* [EXERCISE INSTRUCTIONS] The stretch wanted below opens at the line containing "f 246 359 361" and closes at the line containing "f 182 184 50". Please return it exactly, with no other lines.

****************

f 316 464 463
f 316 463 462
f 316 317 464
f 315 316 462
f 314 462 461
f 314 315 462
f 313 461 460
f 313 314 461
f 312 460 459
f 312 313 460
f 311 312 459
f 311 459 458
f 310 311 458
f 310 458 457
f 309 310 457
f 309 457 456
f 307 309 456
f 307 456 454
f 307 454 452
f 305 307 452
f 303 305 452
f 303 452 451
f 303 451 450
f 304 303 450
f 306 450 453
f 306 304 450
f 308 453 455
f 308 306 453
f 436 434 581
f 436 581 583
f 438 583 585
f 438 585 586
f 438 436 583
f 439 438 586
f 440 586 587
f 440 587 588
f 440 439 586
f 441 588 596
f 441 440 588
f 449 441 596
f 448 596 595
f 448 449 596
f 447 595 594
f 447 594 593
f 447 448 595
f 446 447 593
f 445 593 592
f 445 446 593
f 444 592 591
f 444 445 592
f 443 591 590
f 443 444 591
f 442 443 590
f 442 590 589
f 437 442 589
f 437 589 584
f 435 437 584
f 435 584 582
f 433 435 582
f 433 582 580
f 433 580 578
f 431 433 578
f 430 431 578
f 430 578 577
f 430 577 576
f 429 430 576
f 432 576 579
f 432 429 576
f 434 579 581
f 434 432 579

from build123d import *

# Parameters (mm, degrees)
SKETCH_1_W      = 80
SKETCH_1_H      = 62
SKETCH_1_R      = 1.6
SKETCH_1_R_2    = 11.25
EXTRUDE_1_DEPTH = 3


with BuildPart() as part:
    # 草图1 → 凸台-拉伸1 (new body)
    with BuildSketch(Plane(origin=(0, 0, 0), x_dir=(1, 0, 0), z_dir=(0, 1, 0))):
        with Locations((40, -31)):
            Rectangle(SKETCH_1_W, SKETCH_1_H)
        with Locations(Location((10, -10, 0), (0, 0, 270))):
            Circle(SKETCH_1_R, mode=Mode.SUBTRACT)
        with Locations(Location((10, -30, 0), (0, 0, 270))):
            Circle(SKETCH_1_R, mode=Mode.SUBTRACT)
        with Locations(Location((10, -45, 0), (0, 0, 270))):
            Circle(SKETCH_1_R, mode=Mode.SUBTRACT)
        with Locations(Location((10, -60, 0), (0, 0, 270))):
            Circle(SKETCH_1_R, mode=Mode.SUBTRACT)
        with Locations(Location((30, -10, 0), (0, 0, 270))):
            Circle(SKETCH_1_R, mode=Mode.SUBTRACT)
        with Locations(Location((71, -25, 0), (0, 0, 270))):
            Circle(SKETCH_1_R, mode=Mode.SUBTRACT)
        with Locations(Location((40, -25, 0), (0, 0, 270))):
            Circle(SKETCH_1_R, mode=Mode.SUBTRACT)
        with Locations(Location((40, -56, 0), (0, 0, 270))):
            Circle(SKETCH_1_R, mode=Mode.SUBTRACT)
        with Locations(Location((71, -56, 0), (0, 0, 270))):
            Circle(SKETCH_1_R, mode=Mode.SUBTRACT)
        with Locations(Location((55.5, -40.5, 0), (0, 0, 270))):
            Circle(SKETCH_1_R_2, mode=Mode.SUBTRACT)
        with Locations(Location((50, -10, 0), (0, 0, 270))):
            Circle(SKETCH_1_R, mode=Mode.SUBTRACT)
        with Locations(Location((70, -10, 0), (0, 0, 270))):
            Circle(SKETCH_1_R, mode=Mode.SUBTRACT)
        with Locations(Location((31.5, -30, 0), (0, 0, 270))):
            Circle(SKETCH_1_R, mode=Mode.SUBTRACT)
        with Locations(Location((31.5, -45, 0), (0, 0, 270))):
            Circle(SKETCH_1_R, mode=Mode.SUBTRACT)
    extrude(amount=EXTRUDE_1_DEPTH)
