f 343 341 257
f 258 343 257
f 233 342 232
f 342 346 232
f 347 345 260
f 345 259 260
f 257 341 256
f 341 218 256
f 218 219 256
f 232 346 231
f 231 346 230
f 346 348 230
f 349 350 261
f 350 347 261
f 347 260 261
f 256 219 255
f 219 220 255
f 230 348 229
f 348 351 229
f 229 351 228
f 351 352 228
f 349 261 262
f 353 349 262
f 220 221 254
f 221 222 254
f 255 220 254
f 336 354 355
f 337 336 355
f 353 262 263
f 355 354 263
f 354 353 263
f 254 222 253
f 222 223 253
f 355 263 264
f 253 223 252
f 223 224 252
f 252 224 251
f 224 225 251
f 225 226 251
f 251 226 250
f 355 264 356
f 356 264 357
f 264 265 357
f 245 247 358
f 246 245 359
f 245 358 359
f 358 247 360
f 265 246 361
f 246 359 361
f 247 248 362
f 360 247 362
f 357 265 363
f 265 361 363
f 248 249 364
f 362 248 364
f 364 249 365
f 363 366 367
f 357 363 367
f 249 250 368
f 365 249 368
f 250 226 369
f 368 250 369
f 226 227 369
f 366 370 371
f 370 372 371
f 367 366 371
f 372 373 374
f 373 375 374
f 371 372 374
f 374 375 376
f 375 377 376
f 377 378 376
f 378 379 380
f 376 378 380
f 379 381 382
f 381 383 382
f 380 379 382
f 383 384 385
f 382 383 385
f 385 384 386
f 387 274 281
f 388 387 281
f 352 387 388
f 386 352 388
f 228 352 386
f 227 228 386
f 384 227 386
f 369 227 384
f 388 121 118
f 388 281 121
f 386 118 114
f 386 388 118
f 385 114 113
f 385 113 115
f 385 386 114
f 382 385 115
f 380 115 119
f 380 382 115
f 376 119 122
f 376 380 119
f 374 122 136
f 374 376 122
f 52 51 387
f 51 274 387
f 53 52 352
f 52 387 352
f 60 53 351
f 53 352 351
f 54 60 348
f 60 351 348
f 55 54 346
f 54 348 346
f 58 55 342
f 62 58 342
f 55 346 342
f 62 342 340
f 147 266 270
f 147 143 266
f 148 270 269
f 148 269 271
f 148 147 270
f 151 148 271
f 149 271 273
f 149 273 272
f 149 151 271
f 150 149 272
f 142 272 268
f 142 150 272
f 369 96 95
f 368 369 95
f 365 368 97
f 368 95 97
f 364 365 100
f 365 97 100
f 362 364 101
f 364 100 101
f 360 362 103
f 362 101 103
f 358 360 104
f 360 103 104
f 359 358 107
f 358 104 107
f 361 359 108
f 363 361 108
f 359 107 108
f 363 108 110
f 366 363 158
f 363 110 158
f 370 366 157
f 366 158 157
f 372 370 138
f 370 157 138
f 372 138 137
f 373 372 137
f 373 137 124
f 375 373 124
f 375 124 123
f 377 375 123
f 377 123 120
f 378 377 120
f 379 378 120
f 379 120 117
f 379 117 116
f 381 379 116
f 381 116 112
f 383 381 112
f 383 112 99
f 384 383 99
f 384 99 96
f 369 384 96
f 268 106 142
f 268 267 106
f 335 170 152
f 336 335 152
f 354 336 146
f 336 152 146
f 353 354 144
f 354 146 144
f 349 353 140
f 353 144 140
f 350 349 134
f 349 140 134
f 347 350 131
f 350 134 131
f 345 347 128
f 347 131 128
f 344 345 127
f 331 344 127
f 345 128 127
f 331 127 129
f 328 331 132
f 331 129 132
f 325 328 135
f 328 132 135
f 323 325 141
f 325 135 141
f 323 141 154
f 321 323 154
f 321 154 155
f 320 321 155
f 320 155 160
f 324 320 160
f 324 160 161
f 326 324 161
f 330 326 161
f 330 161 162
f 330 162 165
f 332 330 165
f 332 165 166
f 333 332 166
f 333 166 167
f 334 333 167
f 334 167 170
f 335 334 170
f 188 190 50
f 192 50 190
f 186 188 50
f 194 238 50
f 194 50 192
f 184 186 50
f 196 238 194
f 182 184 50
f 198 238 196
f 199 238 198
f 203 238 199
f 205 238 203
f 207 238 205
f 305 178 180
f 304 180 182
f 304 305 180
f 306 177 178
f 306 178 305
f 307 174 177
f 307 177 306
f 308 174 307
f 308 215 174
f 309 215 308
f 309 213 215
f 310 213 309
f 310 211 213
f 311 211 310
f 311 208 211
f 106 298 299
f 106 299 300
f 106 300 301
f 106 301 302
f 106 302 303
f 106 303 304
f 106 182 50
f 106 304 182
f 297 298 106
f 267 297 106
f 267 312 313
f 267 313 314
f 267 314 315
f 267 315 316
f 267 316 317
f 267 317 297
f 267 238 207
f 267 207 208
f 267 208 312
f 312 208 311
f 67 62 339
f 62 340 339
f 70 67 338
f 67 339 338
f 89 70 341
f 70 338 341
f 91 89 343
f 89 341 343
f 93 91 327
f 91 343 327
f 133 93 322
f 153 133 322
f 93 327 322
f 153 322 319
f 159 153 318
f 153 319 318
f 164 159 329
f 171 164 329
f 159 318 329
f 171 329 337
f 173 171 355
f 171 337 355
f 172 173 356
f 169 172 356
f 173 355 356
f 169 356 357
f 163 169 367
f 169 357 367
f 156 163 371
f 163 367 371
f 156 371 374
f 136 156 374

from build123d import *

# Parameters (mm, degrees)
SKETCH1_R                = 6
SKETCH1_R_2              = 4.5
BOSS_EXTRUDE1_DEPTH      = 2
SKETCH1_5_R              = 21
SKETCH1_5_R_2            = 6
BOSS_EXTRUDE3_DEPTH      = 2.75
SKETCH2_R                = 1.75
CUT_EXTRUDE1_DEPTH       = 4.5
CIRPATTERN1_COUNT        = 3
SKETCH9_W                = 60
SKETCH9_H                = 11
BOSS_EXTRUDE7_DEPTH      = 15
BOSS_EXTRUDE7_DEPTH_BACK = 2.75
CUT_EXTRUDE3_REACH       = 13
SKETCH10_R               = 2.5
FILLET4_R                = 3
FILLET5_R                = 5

****************

* [EXERCISE SOLUTION]
f 246 359 361
f 247 248 362
f 360 247 362
f 357 265 363
f 265 361 363
f 248 249 364
f 362 248 364
f 364 249 365
f 363 366 367
f 357 363 367
f 249 250 368
f 365 249 368
f 250 226 369
f 368 250 369
f 226 227 369
f 366 370 371
f 370 372 371
f 367 366 371
f 372 373 374
f 373 375 374
f 371 372 374
f 374 375 376
f 375 377 376
f 377 378 376
f 378 379 380
f 376 378 380
f 379 381 382
f 381 383 382
f 380 379 382
f 383 384 385
f 382 383 385
f 385 384 386
f 387 274 281
f 388 387 281
f 352 387 388
f 386 352 388
f 228 352 386
f 227 228 386
f 384 227 386
f 369 227 384
f 388 121 118
f 388 281 121
f 386 118 114
f 386 388 118
f 385 114 113
f 385 113 115
f 385 386 114
f 382 385 115
f 380 115 119
f 380 382 115
f 376 119 122
f 376 380 119
f 374 122 136
f 374 376 122
f 52 51 387
f 51 274 387
f 53 52 352
f 52 387 352
f 60 53 351
f 53 352 351
f 54 60 348
f 60 351 348
f 55 54 346
f 54 348 346
f 58 55 342
f 62 58 342
f 55 346 342
f 62 342 340
f 147 266 270
f 147 143 266
f 148 270 269
f 148 269 271
f 148 147 270
f 151 148 271
f 149 271 273
f 149 273 272
f 149 151 271
f 150 149 272
f 142 272 268
f 142 150 272
f 369 96 95
f 368 369 95
f 365 368 97
f 368 95 97
f 364 365 100
f 365 97 100
f 362 364 101
f 364 100 101
f 360 362 103
f 362 101 103
f 358 360 104
f 360 103 104
f 359 358 107
f 358 104 107
f 361 359 108
f 363 361 108
f 359 107 108
f 363 108 110
f 366 363 158
f 363 110 158
f 370 366 157
f 366 158 157
f 372 370 138
f 370 157 138
f 372 138 137
f 373 372 137
f 373 137 124
f 375 373 124
f 375 124 123
f 377 375 123
f 377 123 120
f 378 377 120
f 379 378 120
f 379 120 117
f 379 117 116
f 381 379 116
f 381 116 112
f 383 381 112
f 383 112 99
f 384 383 99
f 384 99 96
f 369 384 96
f 268 106 142
f 268 267 106
f 335 170 152
f 336 335 152
f 354 336 146
f 336 152 146
f 353 354 144
f 354 146 144
f 349 353 140
f 353 144 140
f 350 349 134
f 349 140 134
f 347 350 131
f 350 134 131
f 345 347 128
f 347 131 128
f 344 345 127
f 331 344 127
f 345 128 127
f 331 127 129
f 328 331 132
f 331 129 132
f 325 328 135
f 328 132 135
f 323 325 141
f 325 135 141
f 323 141 154
f 321 323 154
f 321 154 155
f 320 321 155
f 320 155 160
f 324 320 160
f 324 160 161
f 326 324 161
f 330 326 161
f 330 161 162
f 330 162 165
f 332 330 165
f 332 165 166
f 333 332 166
f 333 166 167
f 334 333 167
f 334 167 170
f 335 334 170
f 188 190 50
f 192 50 190
f 186 188 50
f 194 238 50
f 194 50 192
f 184 186 50
f 196 238 194
f 182 184 50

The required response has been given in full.